• [Your instructions]: Only one stretch of the data below should be repeated: the lines from the line containing "f 230 288 289" through the line containing "f 264 94 95", inclusive, exactly as they are.

Saved entries
====
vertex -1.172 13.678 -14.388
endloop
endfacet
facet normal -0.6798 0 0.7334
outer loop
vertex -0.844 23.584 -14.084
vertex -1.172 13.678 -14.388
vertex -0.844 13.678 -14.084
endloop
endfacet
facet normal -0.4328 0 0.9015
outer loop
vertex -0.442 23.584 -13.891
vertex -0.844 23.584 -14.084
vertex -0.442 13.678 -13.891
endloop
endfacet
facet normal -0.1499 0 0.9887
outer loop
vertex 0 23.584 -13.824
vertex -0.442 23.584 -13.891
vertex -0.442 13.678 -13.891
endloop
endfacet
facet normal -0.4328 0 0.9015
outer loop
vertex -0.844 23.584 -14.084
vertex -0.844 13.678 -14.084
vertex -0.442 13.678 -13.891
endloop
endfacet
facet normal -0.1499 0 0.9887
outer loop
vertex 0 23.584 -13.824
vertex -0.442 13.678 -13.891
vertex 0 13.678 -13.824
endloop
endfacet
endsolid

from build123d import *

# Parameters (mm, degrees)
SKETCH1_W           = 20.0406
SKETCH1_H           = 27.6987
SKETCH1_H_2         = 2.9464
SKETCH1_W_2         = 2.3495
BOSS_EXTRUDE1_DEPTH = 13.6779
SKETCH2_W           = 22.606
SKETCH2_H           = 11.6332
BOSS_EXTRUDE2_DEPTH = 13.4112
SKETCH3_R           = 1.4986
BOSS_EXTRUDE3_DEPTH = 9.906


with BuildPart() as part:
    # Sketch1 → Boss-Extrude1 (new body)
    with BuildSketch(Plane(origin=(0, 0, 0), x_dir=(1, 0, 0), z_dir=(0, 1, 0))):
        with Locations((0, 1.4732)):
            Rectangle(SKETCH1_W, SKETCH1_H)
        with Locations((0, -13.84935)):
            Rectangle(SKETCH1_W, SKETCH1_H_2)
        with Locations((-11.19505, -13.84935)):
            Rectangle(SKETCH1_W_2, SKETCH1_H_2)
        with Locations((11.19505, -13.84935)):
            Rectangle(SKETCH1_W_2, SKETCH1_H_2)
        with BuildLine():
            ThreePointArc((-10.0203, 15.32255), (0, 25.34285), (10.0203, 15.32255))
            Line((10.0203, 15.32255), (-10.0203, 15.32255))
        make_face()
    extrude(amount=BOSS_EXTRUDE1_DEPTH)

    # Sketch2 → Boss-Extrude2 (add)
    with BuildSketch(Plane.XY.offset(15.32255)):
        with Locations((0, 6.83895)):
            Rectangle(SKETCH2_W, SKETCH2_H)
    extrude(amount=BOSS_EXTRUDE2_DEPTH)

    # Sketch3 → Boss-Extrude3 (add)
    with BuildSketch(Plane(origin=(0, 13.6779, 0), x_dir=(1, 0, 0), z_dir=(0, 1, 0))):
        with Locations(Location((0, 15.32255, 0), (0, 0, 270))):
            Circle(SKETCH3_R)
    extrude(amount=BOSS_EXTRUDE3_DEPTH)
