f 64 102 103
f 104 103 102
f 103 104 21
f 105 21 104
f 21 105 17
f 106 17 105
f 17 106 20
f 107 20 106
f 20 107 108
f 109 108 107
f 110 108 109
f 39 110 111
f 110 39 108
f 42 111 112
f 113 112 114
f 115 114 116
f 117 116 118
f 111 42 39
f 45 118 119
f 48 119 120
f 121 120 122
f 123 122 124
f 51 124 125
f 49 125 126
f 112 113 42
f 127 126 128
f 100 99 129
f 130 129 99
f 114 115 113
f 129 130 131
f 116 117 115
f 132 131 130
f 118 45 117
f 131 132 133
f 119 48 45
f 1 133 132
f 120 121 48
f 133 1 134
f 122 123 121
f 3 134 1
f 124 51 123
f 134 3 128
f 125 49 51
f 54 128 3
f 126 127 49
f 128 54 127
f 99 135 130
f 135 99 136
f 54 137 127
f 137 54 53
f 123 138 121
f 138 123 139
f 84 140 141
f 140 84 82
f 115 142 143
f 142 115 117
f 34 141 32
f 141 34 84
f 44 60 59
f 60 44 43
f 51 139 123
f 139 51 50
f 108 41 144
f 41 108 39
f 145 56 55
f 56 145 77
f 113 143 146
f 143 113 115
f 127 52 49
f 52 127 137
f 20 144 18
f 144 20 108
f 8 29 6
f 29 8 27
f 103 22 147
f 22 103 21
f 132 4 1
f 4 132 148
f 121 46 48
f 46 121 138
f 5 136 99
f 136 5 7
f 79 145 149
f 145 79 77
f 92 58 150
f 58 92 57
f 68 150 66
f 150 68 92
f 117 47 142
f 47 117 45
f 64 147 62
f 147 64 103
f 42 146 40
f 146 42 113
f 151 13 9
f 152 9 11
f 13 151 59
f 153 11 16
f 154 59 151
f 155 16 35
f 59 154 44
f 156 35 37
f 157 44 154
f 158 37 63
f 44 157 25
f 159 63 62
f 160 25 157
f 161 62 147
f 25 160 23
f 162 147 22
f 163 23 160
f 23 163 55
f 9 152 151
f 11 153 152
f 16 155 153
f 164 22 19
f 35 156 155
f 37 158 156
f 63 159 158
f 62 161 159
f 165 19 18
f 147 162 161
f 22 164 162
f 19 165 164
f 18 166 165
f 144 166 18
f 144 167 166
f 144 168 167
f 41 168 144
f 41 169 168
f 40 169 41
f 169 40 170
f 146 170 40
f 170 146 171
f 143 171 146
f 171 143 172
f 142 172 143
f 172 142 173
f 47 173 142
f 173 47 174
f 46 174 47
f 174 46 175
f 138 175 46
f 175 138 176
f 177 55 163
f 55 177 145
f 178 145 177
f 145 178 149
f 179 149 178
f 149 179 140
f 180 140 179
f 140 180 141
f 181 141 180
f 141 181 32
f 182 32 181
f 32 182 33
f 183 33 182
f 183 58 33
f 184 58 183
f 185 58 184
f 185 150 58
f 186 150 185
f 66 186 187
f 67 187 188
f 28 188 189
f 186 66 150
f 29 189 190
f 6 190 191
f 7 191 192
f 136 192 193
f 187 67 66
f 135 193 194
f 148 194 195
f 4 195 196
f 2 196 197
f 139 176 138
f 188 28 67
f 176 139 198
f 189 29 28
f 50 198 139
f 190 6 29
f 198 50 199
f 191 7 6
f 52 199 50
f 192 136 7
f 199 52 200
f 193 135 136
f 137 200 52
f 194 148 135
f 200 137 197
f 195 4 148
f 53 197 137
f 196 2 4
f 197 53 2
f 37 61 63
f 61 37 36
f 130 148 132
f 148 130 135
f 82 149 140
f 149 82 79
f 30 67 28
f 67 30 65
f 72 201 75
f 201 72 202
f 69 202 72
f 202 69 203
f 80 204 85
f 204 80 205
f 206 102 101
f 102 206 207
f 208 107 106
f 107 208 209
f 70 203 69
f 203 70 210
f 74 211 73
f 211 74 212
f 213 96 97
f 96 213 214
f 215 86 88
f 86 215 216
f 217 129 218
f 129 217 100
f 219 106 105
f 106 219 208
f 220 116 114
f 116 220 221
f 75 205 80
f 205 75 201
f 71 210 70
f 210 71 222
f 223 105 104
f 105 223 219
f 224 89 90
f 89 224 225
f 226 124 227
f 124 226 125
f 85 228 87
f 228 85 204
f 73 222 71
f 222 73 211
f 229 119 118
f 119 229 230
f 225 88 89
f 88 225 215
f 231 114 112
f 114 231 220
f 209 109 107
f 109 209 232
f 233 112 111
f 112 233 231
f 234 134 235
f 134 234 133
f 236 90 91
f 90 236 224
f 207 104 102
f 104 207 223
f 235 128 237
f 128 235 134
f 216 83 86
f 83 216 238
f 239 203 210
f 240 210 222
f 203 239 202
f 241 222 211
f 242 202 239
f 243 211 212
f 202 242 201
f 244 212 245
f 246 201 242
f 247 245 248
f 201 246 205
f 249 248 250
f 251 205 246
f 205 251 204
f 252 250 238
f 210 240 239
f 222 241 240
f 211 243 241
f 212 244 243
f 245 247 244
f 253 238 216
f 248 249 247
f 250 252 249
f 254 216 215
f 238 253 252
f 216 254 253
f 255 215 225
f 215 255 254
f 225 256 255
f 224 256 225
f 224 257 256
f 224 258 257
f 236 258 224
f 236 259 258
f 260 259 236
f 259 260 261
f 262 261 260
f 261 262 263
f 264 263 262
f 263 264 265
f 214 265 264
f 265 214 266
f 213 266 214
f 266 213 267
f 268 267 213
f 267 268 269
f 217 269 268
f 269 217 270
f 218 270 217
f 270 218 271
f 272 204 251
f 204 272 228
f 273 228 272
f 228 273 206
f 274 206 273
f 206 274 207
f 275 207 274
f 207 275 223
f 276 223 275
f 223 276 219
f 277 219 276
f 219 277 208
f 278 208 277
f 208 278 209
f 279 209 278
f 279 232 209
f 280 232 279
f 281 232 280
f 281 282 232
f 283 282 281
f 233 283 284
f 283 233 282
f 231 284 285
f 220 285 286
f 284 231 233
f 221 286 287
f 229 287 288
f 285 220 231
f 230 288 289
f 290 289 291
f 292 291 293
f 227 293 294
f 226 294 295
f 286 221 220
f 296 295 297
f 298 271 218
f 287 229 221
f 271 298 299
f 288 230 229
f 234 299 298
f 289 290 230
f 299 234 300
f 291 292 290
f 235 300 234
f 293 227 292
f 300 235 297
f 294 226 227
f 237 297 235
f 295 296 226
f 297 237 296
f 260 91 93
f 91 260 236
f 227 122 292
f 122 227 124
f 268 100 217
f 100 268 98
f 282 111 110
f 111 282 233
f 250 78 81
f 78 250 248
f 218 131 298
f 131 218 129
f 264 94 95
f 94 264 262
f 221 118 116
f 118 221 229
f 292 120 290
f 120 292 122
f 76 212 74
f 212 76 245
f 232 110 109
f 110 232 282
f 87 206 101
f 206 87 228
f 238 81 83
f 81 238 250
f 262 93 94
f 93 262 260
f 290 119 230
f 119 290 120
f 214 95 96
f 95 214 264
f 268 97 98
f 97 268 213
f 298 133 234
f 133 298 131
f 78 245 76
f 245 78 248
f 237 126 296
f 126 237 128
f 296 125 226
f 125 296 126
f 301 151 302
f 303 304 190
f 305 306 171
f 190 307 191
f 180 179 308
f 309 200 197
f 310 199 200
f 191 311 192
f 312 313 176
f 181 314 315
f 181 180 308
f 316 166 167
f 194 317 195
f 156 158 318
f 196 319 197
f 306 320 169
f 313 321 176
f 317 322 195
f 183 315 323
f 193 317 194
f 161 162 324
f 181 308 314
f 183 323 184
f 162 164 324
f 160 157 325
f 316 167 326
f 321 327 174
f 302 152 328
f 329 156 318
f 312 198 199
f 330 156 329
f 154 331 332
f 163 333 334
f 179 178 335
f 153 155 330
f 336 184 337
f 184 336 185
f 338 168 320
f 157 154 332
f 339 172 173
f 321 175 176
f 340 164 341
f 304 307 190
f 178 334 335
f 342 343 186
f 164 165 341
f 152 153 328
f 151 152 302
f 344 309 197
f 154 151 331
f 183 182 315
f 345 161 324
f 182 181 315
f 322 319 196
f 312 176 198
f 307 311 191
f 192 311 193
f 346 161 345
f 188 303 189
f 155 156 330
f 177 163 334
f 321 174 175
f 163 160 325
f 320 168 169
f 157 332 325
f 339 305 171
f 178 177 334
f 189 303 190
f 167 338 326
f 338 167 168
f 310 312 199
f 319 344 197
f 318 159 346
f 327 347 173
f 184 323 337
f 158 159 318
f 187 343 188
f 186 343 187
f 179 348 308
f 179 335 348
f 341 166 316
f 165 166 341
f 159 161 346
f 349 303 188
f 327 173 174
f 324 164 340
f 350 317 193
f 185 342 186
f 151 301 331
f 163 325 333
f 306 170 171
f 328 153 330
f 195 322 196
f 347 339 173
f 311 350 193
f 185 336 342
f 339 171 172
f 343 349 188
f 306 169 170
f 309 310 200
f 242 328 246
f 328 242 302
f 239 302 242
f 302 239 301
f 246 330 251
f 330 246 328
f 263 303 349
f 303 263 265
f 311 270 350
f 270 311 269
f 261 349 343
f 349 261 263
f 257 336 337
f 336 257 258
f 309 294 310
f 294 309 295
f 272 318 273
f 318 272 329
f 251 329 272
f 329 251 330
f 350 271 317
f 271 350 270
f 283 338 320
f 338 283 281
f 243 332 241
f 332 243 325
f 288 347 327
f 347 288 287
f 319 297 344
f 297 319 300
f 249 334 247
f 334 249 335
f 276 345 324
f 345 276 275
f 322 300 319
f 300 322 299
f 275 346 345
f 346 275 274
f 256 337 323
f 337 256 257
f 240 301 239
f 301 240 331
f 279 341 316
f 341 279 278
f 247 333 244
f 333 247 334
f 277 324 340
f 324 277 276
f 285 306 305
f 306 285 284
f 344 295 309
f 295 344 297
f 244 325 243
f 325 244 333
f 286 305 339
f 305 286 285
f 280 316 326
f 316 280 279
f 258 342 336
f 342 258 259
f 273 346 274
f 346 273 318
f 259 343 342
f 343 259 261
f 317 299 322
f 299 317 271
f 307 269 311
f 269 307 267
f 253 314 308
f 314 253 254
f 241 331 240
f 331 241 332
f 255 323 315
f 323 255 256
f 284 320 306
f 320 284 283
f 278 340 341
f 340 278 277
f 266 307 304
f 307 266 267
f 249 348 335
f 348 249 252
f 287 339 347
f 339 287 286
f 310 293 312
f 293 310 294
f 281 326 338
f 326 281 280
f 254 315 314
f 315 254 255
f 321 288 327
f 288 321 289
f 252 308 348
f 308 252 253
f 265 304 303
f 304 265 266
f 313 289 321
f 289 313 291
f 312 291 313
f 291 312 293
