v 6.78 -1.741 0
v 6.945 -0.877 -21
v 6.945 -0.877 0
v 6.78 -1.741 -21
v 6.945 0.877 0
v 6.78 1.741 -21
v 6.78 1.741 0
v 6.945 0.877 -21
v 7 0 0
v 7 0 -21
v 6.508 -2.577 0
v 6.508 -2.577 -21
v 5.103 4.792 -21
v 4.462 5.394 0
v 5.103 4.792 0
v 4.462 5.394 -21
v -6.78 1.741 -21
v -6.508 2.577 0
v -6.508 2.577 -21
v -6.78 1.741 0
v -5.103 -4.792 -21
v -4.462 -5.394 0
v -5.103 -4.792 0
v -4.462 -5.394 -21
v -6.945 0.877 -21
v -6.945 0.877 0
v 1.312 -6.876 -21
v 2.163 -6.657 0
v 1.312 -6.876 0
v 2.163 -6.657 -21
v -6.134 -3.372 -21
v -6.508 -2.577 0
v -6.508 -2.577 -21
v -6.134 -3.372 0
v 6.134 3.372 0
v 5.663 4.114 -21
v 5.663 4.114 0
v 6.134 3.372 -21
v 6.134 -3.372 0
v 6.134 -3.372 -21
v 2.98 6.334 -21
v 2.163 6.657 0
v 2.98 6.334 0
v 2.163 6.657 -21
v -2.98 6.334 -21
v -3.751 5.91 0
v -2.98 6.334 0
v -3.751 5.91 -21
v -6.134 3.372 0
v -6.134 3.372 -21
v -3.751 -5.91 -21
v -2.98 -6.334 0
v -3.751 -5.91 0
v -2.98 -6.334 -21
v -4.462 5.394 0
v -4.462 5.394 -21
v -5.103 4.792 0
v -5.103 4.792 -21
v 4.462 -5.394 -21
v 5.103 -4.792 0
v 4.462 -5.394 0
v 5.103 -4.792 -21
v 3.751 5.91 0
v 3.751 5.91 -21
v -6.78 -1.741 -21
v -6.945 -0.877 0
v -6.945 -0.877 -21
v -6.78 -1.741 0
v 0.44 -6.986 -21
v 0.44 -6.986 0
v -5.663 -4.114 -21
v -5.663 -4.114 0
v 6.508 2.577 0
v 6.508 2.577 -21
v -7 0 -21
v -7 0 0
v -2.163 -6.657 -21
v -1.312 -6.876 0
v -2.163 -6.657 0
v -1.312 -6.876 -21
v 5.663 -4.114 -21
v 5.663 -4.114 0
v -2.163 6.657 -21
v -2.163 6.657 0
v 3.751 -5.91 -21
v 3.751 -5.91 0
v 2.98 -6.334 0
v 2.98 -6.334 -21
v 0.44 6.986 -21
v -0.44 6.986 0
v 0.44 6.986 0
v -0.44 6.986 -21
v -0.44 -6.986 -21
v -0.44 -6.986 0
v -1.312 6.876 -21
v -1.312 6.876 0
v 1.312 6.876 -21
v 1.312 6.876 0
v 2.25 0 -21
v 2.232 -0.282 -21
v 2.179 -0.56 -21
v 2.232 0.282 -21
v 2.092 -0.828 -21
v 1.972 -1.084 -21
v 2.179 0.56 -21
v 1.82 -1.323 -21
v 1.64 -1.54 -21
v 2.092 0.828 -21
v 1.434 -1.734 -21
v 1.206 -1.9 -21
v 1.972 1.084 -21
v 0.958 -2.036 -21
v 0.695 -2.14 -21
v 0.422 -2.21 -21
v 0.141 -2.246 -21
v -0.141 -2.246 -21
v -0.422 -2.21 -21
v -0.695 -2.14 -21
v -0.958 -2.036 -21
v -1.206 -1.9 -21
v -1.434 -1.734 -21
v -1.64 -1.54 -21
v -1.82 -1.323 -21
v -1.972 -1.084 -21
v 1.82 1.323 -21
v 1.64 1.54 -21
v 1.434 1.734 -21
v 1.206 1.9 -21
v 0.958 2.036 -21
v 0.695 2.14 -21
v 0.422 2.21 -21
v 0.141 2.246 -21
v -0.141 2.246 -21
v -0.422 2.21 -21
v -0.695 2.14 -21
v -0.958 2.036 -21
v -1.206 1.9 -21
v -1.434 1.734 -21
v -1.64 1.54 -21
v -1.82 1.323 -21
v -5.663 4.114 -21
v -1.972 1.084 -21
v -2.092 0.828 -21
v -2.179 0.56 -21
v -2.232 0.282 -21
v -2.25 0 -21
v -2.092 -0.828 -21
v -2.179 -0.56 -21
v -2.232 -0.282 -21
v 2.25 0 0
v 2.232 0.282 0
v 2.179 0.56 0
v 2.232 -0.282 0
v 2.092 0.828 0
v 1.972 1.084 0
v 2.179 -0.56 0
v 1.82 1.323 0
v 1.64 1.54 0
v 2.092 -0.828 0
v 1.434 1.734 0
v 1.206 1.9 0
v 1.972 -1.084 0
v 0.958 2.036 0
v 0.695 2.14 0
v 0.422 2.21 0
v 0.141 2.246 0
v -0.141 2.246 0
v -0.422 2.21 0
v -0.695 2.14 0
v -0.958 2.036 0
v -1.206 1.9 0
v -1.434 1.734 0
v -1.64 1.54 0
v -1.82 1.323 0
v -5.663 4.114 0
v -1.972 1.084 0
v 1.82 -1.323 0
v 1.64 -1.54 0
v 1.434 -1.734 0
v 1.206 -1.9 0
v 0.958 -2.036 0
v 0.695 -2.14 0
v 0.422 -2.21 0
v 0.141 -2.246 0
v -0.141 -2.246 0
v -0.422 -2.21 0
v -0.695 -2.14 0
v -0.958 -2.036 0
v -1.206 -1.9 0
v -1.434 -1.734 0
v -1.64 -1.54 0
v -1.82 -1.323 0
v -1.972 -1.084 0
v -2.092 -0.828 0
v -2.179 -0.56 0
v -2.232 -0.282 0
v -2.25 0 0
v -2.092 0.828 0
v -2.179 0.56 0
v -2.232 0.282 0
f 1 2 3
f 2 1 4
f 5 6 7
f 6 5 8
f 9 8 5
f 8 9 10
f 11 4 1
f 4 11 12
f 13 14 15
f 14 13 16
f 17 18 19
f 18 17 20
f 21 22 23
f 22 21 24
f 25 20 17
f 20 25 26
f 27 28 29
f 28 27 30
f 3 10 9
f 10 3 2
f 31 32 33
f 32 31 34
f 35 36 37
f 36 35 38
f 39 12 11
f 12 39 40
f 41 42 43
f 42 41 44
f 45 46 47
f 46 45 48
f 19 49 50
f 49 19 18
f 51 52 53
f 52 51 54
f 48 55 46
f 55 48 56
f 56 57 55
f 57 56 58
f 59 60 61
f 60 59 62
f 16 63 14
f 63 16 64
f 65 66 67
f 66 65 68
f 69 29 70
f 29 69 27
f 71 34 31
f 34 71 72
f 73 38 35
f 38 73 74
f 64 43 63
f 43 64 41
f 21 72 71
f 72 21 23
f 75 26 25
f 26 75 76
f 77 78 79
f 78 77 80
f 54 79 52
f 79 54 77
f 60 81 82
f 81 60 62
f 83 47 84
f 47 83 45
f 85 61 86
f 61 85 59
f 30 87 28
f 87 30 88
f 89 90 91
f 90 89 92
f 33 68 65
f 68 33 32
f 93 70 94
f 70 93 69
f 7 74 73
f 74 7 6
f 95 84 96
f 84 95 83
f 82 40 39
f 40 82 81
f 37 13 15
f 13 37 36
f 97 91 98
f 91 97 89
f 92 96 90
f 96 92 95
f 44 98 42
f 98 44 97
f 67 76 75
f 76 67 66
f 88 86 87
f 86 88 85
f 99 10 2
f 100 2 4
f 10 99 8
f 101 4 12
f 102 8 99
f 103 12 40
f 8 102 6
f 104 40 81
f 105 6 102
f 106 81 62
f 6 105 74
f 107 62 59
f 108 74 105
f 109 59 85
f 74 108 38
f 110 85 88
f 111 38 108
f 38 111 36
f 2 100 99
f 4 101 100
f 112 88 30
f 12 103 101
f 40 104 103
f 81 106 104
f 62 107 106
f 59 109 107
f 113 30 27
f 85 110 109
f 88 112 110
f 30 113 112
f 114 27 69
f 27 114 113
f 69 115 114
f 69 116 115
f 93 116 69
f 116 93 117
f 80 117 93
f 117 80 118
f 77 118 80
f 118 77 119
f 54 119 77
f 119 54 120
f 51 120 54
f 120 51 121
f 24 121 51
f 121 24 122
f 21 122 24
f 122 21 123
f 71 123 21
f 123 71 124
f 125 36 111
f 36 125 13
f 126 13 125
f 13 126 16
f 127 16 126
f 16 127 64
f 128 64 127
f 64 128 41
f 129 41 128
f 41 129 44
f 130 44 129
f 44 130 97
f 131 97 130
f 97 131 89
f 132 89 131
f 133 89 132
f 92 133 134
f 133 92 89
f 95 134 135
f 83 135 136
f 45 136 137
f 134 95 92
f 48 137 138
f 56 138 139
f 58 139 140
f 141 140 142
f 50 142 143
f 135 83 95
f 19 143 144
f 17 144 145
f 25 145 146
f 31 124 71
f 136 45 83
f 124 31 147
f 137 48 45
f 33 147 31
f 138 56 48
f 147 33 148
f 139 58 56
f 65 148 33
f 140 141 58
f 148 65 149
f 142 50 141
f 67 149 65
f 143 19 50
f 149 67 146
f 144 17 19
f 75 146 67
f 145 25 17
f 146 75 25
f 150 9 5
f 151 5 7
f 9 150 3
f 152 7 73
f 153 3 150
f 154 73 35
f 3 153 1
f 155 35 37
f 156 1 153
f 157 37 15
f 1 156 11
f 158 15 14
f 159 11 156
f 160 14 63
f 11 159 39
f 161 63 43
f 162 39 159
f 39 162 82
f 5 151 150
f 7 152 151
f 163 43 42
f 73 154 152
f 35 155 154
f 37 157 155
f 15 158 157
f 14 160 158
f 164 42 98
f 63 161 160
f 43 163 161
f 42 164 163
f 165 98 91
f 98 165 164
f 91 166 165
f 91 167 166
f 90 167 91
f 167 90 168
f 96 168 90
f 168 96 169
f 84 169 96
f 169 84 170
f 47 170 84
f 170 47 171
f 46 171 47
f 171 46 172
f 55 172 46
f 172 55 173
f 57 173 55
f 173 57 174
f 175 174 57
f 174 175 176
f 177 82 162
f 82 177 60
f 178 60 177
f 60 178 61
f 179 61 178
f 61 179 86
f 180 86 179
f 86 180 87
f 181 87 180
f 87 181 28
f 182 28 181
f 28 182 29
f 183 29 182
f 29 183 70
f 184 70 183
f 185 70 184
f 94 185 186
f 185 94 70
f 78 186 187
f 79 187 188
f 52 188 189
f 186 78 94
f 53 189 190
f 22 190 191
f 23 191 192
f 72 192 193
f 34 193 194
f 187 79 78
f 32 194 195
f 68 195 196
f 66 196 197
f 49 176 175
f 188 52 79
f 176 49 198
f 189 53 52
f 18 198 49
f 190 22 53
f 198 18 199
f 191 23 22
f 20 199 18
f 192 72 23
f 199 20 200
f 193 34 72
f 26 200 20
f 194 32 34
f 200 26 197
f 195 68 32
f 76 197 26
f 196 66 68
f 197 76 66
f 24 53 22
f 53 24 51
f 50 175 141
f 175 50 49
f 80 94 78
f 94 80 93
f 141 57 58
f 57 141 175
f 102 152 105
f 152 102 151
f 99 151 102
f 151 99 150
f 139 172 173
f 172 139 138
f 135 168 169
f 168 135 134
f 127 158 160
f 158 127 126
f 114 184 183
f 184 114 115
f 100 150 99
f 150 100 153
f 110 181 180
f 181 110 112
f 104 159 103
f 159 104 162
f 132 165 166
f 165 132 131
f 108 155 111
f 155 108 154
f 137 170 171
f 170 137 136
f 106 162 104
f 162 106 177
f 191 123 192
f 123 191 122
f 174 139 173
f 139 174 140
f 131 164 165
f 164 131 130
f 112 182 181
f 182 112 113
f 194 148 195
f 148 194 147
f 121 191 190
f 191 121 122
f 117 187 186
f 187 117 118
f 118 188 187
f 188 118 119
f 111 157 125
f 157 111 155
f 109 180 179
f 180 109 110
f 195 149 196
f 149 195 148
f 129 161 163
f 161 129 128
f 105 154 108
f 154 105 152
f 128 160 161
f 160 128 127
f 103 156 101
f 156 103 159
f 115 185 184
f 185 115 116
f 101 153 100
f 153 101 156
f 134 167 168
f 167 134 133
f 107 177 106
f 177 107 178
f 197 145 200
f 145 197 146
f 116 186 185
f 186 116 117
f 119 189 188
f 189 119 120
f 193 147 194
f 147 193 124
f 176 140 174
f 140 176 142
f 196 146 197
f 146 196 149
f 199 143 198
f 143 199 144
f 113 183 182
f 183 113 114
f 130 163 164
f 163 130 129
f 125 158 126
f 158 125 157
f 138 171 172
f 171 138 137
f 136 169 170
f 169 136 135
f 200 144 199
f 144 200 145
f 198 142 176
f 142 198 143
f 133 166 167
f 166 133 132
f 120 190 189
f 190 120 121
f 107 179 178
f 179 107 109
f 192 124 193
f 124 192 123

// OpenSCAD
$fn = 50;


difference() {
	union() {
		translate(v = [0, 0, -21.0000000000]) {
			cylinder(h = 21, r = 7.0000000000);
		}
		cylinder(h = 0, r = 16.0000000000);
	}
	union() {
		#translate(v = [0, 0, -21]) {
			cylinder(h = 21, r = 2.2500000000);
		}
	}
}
====
• [Response below]:
f 230 288 289
f 290 289 291
f 292 291 293
f 227 293 294
f 226 294 295
f 286 221 220
f 296 295 297
f 298 271 218
f 287 229 221
f 271 298 299
f 288 230 229
f 234 299 298
f 289 290 230
f 299 234 300
f 291 292 290
f 235 300 234
f 293 227 292
f 300 235 297
f 294 226 227
f 237 297 235
f 295 296 226
f 297 237 296
f 260 91 93
f 91 260 236
f 227 122 292
f 122 227 124
f 268 100 217
f 100 268 98
f 282 111 110
f 111 282 233
f 250 78 81
f 78 250 248
f 218 131 298
f 131 218 129
f 264 94 95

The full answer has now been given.